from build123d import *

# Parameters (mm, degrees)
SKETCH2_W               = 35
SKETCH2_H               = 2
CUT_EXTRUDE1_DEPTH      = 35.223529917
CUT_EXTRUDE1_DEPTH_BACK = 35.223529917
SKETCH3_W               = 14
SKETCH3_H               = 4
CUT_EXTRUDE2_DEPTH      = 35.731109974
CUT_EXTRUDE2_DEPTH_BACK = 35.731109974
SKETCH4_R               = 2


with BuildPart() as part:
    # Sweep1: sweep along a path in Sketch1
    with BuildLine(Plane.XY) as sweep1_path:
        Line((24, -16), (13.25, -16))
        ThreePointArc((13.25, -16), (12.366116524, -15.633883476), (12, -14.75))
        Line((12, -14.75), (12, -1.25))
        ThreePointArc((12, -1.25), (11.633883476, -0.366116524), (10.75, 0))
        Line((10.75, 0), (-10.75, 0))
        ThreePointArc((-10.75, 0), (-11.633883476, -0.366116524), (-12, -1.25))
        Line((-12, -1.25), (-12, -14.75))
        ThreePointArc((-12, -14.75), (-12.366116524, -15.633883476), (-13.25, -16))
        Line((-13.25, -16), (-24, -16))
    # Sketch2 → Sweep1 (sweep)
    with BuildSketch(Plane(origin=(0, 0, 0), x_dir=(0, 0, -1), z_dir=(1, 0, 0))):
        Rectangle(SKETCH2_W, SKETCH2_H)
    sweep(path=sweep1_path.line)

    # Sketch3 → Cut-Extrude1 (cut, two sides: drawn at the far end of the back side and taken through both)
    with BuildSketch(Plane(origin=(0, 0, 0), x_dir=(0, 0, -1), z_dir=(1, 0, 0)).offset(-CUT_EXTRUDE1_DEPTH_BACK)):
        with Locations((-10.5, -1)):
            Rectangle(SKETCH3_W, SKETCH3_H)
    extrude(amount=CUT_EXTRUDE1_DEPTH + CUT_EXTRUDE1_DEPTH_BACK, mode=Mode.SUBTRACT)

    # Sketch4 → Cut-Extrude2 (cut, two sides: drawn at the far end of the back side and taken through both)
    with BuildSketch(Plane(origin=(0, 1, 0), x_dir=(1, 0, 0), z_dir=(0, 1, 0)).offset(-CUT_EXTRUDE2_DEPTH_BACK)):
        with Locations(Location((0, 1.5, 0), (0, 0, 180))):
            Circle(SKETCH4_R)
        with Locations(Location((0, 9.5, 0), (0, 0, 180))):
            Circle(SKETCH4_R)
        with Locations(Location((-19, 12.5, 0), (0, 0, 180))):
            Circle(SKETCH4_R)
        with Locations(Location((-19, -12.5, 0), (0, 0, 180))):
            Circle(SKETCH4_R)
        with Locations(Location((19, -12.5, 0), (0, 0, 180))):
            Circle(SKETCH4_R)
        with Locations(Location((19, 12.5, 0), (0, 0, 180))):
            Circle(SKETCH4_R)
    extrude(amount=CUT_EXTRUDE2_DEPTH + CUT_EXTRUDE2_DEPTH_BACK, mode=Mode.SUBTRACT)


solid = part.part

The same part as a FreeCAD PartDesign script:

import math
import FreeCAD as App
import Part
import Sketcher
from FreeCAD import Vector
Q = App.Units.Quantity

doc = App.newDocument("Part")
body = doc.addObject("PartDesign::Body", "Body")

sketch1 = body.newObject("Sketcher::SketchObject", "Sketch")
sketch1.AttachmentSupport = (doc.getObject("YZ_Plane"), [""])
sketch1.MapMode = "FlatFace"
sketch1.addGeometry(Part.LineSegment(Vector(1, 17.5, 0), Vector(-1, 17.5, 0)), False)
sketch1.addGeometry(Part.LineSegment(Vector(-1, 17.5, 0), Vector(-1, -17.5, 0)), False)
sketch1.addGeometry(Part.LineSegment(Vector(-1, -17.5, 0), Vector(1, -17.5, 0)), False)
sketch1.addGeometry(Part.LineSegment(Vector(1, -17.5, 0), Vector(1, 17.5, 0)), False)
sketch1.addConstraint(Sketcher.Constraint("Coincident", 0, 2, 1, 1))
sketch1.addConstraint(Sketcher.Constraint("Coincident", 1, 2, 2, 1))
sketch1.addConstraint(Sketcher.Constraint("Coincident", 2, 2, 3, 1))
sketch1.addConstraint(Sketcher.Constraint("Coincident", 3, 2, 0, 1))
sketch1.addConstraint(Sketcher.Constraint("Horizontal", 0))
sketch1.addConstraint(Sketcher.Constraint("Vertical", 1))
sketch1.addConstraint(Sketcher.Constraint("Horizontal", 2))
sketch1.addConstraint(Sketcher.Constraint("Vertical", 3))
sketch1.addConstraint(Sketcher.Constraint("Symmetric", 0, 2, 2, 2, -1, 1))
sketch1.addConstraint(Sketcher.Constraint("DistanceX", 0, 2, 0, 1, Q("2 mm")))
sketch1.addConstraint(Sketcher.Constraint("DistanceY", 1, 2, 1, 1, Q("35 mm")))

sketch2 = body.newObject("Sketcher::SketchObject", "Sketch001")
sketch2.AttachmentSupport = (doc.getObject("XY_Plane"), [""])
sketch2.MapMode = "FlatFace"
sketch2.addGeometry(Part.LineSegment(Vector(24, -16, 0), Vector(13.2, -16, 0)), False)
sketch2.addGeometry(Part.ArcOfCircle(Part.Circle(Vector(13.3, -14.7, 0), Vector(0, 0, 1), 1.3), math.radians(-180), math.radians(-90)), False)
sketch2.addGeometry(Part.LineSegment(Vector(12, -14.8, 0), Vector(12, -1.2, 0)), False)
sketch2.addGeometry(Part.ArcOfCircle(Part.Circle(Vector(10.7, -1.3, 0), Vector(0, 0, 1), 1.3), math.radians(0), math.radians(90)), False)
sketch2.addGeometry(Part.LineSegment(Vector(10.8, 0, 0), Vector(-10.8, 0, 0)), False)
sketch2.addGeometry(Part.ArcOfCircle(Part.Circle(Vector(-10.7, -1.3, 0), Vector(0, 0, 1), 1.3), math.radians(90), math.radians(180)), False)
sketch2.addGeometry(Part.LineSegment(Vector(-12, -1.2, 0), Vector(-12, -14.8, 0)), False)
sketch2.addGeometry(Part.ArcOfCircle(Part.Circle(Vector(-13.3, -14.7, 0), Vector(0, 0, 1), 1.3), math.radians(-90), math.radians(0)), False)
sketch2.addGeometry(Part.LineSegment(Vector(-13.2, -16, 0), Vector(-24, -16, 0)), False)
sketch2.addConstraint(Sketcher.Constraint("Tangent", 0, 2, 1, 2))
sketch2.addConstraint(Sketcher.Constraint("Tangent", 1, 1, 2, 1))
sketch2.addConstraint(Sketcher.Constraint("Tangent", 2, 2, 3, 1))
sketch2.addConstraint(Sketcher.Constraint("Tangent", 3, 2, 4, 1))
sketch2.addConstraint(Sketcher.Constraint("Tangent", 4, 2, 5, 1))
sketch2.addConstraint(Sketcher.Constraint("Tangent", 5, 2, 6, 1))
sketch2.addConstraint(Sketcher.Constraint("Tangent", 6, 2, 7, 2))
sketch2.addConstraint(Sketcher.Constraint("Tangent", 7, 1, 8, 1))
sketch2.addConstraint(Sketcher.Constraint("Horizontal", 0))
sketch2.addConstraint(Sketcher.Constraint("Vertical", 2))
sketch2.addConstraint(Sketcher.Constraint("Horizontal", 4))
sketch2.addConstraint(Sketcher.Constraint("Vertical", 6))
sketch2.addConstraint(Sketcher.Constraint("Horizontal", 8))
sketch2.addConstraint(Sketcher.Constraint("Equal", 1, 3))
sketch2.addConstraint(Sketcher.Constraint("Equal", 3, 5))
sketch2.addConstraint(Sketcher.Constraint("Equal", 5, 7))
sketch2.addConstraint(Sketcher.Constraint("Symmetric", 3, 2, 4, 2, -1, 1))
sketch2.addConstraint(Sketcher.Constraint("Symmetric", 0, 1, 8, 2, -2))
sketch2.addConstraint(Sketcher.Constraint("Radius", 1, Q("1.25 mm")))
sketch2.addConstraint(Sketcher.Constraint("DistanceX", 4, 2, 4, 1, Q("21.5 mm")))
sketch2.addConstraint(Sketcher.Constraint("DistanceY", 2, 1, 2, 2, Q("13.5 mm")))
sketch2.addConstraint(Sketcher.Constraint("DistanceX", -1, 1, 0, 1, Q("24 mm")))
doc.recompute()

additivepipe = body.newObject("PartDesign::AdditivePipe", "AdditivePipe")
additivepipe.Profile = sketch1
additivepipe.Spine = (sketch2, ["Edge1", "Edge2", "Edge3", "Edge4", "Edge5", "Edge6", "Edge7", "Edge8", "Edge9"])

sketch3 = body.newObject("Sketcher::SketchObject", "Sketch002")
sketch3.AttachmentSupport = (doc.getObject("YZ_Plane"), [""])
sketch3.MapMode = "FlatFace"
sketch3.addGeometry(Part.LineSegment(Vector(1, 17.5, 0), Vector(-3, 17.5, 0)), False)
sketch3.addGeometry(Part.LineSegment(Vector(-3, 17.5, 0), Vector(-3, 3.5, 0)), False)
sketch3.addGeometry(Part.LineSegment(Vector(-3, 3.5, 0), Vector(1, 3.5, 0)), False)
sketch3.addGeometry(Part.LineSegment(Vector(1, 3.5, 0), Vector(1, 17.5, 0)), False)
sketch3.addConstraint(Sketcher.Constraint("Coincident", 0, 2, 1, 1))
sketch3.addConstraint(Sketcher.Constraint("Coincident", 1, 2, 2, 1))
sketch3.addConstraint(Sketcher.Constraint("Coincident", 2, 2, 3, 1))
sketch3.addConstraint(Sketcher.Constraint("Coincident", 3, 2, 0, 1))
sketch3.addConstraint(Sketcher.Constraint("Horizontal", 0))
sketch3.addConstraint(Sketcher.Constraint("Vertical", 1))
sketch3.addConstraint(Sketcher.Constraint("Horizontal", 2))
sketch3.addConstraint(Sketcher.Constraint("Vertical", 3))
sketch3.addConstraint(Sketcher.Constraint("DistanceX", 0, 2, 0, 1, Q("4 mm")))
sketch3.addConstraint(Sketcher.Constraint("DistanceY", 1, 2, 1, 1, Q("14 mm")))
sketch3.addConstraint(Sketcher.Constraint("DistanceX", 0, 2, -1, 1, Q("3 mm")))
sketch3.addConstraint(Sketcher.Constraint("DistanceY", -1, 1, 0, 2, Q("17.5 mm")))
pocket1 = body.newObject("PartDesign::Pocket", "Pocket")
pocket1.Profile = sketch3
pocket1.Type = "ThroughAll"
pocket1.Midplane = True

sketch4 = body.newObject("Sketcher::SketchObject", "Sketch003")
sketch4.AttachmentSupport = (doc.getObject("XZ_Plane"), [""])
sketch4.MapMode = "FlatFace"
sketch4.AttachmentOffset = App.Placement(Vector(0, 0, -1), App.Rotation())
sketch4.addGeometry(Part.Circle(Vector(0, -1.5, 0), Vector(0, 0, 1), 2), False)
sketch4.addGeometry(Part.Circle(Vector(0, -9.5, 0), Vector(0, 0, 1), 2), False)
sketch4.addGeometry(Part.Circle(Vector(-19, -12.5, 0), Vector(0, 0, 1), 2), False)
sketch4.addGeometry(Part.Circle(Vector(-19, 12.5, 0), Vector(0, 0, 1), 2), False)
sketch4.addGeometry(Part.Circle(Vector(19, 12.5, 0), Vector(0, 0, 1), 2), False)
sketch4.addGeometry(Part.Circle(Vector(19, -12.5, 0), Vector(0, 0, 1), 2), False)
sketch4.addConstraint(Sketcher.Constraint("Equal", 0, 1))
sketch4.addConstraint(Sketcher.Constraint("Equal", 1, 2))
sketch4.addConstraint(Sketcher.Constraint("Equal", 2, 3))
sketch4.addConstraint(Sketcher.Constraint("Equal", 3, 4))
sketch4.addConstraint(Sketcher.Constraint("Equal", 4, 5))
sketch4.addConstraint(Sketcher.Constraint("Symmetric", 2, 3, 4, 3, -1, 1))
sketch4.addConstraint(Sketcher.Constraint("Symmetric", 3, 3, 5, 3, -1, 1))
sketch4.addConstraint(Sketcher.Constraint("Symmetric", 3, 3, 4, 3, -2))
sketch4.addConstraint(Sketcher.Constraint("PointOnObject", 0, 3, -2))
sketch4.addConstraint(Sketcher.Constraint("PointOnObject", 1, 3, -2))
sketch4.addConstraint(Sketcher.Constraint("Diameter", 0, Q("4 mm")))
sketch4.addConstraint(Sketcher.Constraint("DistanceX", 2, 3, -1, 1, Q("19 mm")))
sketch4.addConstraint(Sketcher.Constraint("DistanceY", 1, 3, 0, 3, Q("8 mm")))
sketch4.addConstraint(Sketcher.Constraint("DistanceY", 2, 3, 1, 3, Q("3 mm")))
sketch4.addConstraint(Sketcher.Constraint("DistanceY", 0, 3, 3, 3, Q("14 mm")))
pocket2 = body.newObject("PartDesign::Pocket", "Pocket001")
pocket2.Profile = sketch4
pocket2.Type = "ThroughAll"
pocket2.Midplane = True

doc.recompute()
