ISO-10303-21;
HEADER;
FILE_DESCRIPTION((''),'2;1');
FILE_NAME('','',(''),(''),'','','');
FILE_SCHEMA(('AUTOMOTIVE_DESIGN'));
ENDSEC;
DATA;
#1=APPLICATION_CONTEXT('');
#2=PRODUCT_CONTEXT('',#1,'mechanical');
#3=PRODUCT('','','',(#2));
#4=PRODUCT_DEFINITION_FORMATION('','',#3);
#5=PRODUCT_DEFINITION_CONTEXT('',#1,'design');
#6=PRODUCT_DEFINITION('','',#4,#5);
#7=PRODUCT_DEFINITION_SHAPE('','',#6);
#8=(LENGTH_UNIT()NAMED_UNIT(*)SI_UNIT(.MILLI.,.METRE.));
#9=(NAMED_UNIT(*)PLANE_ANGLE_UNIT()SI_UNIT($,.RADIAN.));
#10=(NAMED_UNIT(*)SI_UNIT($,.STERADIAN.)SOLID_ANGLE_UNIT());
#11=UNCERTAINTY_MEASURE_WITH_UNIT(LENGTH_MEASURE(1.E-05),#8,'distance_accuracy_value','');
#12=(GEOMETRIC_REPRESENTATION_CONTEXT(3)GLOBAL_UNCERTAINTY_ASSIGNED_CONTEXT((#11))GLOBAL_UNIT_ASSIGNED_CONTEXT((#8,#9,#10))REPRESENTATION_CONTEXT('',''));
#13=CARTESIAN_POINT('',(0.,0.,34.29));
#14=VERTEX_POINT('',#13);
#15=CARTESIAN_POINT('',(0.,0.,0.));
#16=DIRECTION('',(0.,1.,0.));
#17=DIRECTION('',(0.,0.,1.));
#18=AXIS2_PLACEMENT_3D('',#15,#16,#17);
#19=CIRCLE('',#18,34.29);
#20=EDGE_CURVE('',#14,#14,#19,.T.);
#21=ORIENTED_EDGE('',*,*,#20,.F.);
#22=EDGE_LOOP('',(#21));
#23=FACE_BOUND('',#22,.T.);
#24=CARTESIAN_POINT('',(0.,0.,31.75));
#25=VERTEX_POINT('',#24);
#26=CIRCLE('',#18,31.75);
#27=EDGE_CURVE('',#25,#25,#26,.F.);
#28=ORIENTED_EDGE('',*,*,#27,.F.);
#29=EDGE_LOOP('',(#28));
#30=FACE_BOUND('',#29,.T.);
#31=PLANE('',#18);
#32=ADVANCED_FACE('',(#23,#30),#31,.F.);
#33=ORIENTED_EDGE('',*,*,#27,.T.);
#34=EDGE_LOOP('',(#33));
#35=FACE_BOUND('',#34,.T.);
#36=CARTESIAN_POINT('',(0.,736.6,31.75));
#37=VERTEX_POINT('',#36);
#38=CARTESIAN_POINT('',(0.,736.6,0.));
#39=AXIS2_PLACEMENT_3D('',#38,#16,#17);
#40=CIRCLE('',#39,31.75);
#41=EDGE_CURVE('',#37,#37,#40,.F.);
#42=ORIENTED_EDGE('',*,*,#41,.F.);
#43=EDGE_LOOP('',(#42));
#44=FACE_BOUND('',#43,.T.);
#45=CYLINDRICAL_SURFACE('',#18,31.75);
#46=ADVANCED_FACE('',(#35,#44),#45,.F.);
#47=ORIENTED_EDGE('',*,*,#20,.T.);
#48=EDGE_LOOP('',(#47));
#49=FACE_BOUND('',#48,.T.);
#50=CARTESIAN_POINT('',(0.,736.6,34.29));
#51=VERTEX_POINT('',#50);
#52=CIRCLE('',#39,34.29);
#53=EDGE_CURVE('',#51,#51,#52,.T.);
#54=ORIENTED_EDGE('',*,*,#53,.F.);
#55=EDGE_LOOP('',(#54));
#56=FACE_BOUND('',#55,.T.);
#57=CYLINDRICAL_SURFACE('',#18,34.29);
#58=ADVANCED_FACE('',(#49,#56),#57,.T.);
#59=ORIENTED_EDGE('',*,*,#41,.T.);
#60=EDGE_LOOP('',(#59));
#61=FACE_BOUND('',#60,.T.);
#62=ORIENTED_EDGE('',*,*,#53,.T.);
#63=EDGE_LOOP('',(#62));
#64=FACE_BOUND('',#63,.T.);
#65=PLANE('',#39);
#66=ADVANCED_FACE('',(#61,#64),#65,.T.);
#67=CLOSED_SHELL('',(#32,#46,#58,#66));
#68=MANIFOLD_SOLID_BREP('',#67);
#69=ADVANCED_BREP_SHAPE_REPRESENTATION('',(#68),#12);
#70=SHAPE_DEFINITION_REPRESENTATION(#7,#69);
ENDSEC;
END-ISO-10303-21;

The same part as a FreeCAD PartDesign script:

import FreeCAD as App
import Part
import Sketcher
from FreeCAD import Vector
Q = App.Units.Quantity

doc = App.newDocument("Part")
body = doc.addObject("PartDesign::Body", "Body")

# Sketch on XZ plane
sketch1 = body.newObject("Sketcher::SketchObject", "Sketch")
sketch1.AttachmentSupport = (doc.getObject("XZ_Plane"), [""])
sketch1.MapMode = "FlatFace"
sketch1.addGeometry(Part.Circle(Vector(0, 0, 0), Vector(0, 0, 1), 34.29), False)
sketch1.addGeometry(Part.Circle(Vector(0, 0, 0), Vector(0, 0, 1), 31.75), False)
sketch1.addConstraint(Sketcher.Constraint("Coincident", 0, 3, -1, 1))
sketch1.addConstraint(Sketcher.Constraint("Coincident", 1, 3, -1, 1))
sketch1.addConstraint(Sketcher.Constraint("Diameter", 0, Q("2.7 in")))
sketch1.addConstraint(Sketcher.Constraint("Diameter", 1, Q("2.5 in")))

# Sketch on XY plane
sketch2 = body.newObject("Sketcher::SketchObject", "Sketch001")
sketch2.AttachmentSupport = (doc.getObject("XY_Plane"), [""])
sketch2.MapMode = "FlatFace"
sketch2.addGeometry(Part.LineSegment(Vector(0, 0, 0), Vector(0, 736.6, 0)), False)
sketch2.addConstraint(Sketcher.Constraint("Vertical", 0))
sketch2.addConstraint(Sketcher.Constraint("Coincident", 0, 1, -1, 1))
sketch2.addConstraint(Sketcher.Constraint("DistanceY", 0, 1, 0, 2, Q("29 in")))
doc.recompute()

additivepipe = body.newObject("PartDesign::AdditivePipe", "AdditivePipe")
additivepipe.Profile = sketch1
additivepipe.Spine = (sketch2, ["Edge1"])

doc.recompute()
☆ ☆ ☆ ☆
## TASK TO CARRY OUT
The entries above hold the needed span. Transcribe exactly the lines from the one with "#3=PRODUCT('','','',(#2));" to the one with "#43=EDGE_LOOP('',(#42));", both included.

## RESULT OF THIS EXERCISE
#3=PRODUCT('','','',(#2));
#4=PRODUCT_DEFINITION_FORMATION('','',#3);
#5=PRODUCT_DEFINITION_CONTEXT('',#1,'design');
#6=PRODUCT_DEFINITION('','',#4,#5);
#7=PRODUCT_DEFINITION_SHAPE('','',#6);
#8=(LENGTH_UNIT()NAMED_UNIT(*)SI_UNIT(.MILLI.,.METRE.));
#9=(NAMED_UNIT(*)PLANE_ANGLE_UNIT()SI_UNIT($,.RADIAN.));
#10=(NAMED_UNIT(*)SI_UNIT($,.STERADIAN.)SOLID_ANGLE_UNIT());
#11=UNCERTAINTY_MEASURE_WITH_UNIT(LENGTH_MEASURE(1.E-05),#8,'distance_accuracy_value','');
#12=(GEOMETRIC_REPRESENTATION_CONTEXT(3)GLOBAL_UNCERTAINTY_ASSIGNED_CONTEXT((#11))GLOBAL_UNIT_ASSIGNED_CONTEXT((#8,#9,#10))REPRESENTATION_CONTEXT('',''));
#13=CARTESIAN_POINT('',(0.,0.,34.29));
#14=VERTEX_POINT('',#13);
#15=CARTESIAN_POINT('',(0.,0.,0.));
#16=DIRECTION('',(0.,1.,0.));
#17=DIRECTION('',(0.,0.,1.));
#18=AXIS2_PLACEMENT_3D('',#15,#16,#17);
#19=CIRCLE('',#18,34.29);
#20=EDGE_CURVE('',#14,#14,#19,.T.);
#21=ORIENTED_EDGE('',*,*,#20,.F.);
#22=EDGE_LOOP('',(#21));
#23=FACE_BOUND('',#22,.T.);
#24=CARTESIAN_POINT('',(0.,0.,31.75));
#25=VERTEX_POINT('',#24);
#26=CIRCLE('',#18,31.75);
#27=EDGE_CURVE('',#25,#25,#26,.F.);
#28=ORIENTED_EDGE('',*,*,#27,.F.);
#29=EDGE_LOOP('',(#28));
#30=FACE_BOUND('',#29,.T.);
#31=PLANE('',#18);
#32=ADVANCED_FACE('',(#23,#30),#31,.F.);
#33=ORIENTED_EDGE('',*,*,#27,.T.);
#34=EDGE_LOOP('',(#33));
#35=FACE_BOUND('',#34,.T.);
#36=CARTESIAN_POINT('',(0.,736.6,31.75));
#37=VERTEX_POINT('',#36);
#38=CARTESIAN_POINT('',(0.,736.6,0.));
#39=AXIS2_PLACEMENT_3D('',#38,#16,#17);
#40=CIRCLE('',#39,31.75);
#41=EDGE_CURVE('',#37,#37,#40,.F.);
#42=ORIENTED_EDGE('',*,*,#41,.F.);
#43=EDGE_LOOP('',(#42));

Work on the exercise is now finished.